Records from a collection:
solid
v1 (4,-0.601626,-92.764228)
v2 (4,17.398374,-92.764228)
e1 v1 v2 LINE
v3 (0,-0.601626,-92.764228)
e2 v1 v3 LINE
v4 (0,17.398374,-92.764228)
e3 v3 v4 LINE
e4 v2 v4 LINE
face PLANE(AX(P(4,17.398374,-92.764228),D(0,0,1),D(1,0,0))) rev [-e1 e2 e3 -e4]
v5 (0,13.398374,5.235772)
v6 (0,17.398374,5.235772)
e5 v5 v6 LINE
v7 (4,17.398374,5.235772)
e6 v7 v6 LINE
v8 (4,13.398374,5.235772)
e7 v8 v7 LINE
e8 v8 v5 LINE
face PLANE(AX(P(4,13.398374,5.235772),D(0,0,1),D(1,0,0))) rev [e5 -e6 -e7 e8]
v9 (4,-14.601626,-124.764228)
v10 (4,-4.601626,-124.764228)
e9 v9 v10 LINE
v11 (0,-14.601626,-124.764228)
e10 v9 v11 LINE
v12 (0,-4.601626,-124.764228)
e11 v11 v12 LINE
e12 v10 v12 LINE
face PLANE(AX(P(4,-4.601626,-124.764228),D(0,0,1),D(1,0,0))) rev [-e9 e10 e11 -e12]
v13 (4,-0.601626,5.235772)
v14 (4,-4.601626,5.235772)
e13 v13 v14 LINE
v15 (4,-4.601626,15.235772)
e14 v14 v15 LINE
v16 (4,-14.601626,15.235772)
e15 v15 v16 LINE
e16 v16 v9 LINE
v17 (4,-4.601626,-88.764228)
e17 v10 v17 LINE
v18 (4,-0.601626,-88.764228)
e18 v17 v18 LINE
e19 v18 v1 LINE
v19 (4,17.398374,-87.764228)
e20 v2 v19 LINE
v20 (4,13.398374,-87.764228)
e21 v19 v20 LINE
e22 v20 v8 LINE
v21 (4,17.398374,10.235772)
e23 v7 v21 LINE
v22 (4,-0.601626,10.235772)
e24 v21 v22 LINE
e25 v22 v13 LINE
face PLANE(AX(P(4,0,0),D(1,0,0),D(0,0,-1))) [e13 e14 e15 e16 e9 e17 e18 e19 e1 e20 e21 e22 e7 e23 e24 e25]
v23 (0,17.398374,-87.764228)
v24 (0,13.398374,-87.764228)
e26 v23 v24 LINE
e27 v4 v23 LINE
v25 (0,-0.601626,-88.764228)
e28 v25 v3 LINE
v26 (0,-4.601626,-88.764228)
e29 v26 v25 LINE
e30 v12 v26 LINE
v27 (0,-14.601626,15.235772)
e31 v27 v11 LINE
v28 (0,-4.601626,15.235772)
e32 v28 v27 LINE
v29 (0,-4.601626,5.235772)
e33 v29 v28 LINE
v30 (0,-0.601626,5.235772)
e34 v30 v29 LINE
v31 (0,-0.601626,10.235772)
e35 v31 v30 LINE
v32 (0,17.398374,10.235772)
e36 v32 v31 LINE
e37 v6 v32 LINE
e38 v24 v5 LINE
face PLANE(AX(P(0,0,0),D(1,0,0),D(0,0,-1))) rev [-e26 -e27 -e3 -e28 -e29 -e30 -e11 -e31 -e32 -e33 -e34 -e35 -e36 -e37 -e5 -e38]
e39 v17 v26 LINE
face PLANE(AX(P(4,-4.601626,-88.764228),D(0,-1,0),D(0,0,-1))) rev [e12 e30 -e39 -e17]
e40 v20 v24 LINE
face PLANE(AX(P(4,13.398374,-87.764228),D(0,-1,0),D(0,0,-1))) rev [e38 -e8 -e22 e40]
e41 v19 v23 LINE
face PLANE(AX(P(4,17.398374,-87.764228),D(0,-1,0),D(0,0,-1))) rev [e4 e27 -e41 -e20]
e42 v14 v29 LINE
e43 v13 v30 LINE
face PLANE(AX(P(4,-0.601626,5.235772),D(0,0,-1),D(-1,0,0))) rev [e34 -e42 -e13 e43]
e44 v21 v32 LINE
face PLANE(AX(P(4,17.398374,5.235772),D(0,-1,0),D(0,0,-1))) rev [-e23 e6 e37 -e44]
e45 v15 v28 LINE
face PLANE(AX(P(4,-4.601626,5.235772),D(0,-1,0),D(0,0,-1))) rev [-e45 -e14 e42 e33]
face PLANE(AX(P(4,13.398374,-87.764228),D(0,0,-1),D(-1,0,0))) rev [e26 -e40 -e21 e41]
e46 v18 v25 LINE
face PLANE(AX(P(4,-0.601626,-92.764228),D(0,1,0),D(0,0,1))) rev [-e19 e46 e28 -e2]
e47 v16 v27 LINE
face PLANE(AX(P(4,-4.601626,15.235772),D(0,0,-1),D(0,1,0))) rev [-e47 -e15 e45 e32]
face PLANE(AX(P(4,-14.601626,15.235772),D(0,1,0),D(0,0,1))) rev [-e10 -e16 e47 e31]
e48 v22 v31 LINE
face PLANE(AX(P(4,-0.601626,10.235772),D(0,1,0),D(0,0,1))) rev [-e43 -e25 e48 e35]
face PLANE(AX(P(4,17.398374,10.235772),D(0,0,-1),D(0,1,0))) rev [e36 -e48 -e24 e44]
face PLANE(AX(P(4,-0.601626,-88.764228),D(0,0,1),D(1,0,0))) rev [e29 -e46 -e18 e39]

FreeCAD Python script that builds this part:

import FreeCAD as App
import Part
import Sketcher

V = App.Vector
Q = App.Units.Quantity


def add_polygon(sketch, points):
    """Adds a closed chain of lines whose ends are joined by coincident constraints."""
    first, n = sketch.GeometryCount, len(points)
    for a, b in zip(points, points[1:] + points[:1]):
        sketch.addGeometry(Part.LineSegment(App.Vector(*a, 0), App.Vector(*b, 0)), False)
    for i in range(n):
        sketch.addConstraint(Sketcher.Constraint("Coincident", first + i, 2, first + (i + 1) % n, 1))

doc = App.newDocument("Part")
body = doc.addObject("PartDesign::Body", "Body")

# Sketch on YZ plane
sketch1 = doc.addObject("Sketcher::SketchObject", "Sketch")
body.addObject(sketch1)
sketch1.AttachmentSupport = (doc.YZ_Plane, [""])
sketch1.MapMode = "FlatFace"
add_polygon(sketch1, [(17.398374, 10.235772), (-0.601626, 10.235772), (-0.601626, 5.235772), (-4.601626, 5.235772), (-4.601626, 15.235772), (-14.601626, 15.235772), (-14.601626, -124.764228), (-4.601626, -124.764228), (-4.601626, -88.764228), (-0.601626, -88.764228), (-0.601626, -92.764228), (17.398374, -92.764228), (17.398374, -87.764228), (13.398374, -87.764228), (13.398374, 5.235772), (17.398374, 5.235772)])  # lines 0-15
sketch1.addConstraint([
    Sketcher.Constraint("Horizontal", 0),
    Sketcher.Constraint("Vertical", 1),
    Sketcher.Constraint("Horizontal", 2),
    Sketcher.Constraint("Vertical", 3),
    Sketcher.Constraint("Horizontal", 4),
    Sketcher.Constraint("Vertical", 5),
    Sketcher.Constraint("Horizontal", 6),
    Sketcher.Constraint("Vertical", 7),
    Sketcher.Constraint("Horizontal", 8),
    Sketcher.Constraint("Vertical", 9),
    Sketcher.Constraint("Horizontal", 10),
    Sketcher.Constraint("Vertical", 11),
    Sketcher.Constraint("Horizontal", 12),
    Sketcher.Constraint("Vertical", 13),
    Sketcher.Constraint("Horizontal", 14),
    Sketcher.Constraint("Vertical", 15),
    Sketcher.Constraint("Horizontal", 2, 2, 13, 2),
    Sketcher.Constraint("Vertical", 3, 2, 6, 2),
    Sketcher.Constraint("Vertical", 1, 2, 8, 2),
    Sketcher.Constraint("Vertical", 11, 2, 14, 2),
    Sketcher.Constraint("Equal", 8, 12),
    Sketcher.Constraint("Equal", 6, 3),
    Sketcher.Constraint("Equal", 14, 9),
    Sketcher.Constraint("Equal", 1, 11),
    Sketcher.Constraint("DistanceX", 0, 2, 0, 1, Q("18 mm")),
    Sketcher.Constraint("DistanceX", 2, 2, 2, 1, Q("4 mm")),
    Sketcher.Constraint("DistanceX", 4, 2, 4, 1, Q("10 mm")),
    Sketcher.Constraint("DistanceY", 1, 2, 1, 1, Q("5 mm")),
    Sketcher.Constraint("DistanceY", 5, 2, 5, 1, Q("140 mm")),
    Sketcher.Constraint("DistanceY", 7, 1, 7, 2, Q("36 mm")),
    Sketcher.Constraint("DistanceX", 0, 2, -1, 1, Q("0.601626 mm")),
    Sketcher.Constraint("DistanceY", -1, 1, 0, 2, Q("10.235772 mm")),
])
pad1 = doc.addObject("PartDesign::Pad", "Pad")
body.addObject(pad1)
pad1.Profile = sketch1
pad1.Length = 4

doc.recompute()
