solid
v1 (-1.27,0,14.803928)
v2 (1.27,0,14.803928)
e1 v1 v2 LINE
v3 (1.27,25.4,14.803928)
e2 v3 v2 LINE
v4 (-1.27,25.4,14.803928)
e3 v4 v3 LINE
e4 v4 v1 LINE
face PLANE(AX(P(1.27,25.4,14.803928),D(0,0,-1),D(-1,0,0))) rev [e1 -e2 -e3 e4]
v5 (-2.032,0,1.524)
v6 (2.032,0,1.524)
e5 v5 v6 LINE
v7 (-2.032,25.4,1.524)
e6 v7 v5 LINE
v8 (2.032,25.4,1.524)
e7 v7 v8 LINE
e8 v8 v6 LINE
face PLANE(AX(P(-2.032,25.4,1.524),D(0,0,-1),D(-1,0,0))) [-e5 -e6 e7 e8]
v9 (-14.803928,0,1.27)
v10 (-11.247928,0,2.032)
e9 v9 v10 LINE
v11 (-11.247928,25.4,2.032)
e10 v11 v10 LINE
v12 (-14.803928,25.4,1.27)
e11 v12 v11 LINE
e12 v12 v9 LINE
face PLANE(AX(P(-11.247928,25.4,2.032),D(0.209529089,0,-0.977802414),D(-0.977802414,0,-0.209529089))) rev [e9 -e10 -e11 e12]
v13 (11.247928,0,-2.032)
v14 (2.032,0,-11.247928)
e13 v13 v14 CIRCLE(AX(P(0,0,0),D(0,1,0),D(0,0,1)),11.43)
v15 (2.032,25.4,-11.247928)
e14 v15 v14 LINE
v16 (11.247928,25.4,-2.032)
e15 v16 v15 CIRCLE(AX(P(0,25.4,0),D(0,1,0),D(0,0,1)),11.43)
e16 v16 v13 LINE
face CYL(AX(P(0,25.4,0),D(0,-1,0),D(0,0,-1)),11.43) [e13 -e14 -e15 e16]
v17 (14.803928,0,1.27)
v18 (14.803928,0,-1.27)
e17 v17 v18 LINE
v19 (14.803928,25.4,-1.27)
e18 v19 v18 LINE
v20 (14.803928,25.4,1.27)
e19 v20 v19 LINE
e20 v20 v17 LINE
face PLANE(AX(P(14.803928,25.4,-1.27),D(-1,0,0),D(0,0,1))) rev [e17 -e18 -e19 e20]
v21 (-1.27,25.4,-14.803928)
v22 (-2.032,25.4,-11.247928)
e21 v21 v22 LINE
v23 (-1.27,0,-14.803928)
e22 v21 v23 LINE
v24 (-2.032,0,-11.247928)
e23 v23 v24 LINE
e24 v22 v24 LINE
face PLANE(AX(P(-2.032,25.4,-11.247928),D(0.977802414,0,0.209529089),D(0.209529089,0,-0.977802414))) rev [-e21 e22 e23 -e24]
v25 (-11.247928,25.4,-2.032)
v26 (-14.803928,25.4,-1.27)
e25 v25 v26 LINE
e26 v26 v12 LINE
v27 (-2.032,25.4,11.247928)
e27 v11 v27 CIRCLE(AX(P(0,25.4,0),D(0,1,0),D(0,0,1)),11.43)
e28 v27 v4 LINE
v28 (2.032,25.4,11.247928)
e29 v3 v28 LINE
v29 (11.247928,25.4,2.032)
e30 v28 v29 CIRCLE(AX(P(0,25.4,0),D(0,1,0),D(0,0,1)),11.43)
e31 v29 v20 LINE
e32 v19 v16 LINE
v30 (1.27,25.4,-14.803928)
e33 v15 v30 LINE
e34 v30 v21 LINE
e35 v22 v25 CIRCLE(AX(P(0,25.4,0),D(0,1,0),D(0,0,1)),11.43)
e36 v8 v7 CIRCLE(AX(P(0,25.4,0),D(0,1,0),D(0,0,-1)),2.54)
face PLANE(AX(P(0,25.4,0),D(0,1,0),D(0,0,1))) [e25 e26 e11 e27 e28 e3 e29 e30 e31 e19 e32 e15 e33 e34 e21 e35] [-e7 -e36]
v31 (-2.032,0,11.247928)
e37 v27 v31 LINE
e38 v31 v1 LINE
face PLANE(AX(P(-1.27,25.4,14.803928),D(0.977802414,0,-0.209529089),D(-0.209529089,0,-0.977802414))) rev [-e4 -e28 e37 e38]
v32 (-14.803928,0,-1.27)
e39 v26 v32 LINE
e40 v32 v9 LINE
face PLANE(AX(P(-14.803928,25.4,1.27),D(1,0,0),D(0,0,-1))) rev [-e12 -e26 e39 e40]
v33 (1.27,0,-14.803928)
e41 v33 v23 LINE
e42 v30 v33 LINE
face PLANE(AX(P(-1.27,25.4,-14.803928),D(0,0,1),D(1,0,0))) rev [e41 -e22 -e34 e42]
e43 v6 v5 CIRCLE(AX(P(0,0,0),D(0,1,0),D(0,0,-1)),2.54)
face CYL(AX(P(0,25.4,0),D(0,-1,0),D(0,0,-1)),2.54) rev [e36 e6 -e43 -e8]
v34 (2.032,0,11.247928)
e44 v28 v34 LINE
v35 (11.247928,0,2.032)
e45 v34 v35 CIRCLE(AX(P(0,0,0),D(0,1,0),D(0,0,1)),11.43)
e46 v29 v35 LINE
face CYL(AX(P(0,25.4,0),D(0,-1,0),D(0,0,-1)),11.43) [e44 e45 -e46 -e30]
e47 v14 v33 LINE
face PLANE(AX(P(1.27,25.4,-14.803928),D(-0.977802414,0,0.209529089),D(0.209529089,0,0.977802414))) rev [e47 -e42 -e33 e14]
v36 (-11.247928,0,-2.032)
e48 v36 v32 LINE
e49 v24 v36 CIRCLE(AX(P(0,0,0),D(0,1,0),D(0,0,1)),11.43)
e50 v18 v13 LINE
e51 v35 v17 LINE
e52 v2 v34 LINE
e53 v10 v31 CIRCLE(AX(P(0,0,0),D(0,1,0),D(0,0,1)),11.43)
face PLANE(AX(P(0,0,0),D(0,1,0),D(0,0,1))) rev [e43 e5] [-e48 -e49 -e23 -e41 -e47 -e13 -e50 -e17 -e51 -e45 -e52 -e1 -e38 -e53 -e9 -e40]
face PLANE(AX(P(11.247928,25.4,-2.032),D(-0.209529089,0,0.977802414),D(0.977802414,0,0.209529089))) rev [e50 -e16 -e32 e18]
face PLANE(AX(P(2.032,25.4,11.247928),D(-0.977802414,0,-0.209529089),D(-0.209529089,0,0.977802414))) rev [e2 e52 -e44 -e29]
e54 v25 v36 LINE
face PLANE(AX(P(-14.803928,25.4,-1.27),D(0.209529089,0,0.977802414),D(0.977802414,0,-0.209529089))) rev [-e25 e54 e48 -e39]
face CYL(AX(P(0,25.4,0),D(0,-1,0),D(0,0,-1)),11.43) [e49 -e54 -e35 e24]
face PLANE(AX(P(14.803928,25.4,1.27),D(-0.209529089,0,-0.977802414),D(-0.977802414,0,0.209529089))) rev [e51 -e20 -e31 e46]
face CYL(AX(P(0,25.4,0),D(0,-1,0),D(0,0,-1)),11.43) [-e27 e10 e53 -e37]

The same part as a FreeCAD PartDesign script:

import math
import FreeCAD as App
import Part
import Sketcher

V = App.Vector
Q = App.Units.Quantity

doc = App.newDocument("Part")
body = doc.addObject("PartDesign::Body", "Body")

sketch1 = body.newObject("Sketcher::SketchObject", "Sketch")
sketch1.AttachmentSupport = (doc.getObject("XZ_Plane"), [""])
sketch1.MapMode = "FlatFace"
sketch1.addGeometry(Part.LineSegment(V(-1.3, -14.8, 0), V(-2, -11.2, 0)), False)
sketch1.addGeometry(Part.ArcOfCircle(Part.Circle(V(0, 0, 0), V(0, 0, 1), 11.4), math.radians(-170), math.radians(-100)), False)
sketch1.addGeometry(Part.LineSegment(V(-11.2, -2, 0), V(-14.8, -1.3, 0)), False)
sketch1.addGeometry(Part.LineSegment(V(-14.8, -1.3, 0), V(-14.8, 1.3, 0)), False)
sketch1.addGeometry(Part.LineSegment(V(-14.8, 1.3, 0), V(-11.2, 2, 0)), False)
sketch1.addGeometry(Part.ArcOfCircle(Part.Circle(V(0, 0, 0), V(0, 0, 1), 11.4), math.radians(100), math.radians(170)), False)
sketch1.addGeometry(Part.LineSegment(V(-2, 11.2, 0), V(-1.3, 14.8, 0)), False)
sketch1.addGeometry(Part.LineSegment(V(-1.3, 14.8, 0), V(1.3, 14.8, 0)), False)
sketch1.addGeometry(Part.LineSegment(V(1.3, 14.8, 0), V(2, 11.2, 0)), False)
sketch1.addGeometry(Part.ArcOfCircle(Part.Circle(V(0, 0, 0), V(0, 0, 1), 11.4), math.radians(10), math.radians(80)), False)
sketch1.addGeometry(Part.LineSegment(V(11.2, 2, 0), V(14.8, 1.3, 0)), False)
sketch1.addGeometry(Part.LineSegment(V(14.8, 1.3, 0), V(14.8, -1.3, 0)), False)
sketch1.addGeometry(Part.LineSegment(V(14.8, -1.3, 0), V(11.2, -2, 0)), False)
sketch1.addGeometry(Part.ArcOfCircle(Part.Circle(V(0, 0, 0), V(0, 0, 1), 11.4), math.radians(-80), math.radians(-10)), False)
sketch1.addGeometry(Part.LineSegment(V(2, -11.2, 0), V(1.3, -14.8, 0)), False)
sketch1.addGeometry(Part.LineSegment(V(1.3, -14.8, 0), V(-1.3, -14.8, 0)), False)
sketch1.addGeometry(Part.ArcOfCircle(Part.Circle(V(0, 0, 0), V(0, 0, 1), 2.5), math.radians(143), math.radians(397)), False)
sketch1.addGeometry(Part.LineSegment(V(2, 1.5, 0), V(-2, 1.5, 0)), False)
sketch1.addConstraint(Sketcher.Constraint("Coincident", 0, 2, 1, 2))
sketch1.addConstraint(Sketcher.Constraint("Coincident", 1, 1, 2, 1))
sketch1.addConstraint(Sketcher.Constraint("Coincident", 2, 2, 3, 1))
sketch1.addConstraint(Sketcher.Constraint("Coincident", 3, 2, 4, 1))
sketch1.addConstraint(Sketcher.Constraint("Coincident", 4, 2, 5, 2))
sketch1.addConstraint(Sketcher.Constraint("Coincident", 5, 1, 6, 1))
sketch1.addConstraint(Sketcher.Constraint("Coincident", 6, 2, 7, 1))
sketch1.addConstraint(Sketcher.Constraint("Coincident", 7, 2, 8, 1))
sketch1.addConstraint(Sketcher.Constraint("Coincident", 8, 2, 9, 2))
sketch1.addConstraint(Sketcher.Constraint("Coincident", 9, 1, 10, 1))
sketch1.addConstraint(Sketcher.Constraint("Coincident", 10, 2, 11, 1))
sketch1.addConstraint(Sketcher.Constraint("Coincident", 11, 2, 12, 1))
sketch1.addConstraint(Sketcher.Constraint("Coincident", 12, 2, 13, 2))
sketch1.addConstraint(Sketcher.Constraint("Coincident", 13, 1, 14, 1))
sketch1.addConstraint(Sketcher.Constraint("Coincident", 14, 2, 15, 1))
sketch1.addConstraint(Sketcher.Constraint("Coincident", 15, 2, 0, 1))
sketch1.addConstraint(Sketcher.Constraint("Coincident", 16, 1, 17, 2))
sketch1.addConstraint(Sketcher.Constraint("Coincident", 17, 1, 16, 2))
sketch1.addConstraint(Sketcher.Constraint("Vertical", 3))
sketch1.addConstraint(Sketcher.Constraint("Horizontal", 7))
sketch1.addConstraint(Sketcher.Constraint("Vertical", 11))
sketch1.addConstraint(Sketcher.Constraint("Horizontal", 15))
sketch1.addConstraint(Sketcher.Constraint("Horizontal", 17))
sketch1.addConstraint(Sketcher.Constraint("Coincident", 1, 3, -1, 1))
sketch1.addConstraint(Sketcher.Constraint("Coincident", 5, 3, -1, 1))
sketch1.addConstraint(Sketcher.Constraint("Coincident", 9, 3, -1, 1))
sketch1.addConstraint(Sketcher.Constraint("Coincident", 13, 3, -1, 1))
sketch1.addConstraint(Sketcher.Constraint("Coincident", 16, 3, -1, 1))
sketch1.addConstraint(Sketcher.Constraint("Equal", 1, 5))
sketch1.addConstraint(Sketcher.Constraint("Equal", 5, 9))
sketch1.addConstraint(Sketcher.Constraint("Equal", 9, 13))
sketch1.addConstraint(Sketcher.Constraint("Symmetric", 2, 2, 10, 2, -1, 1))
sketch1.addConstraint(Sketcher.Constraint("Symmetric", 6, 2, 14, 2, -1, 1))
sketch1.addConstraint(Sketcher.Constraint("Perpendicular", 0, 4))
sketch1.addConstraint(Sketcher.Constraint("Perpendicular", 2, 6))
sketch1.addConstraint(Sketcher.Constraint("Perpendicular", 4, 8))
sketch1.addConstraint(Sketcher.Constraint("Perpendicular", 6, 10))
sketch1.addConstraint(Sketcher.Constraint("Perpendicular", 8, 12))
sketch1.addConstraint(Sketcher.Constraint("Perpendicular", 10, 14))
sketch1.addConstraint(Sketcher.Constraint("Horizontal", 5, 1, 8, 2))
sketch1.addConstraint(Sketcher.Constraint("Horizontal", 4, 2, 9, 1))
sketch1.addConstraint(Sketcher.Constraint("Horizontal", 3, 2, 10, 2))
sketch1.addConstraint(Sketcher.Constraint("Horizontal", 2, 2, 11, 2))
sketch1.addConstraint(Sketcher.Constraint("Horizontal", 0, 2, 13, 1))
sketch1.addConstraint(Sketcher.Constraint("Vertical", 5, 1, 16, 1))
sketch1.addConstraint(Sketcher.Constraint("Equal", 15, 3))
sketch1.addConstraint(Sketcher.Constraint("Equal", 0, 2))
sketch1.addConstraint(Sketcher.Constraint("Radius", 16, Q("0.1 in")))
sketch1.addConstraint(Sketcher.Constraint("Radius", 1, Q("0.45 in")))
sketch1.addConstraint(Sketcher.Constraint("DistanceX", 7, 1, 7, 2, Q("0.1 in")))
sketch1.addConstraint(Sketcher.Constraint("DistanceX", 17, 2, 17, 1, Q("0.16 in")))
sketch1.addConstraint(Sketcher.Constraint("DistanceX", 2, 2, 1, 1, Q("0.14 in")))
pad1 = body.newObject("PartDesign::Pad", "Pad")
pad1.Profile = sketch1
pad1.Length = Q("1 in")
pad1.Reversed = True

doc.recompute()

**Requirement:** Reproduce exactly the entries above, limited to the lines from the one with "face PLANE(AX(P(0,0,0),D(0,1,0),D(0,0,1))) rev" through the one with "The same part", both included.

**Your response:**
face PLANE(AX(P(0,0,0),D(0,1,0),D(0,0,1))) rev [e43 e5] [-e48 -e49 -e23 -e41 -e47 -e13 -e50 -e17 -e51 -e45 -e52 -e1 -e38 -e53 -e9 -e40]
face PLANE(AX(P(11.247928,25.4,-2.032),D(-0.209529089,0,0.977802414),D(0.977802414,0,0.209529089))) rev [e50 -e16 -e32 e18]
face PLANE(AX(P(2.032,25.4,11.247928),D(-0.977802414,0,-0.209529089),D(-0.209529089,0,0.977802414))) rev [e2 e52 -e44 -e29]
e54 v25 v36 LINE
face PLANE(AX(P(-14.803928,25.4,-1.27),D(0.209529089,0,0.977802414),D(0.977802414,0,-0.209529089))) rev [-e25 e54 e48 -e39]
face CYL(AX(P(0,25.4,0),D(0,-1,0),D(0,0,-1)),11.43) [e49 -e54 -e35 e24]
face PLANE(AX(P(14.803928,25.4,1.27),D(-0.209529089,0,-0.977802414),D(-0.977802414,0,0.209529089))) rev [e51 -e20 -e31 e46]
face CYL(AX(P(0,25.4,0),D(0,-1,0),D(0,0,-1)),11.43) [-e27 e10 e53 -e37]

The same part as a FreeCAD PartDesign script:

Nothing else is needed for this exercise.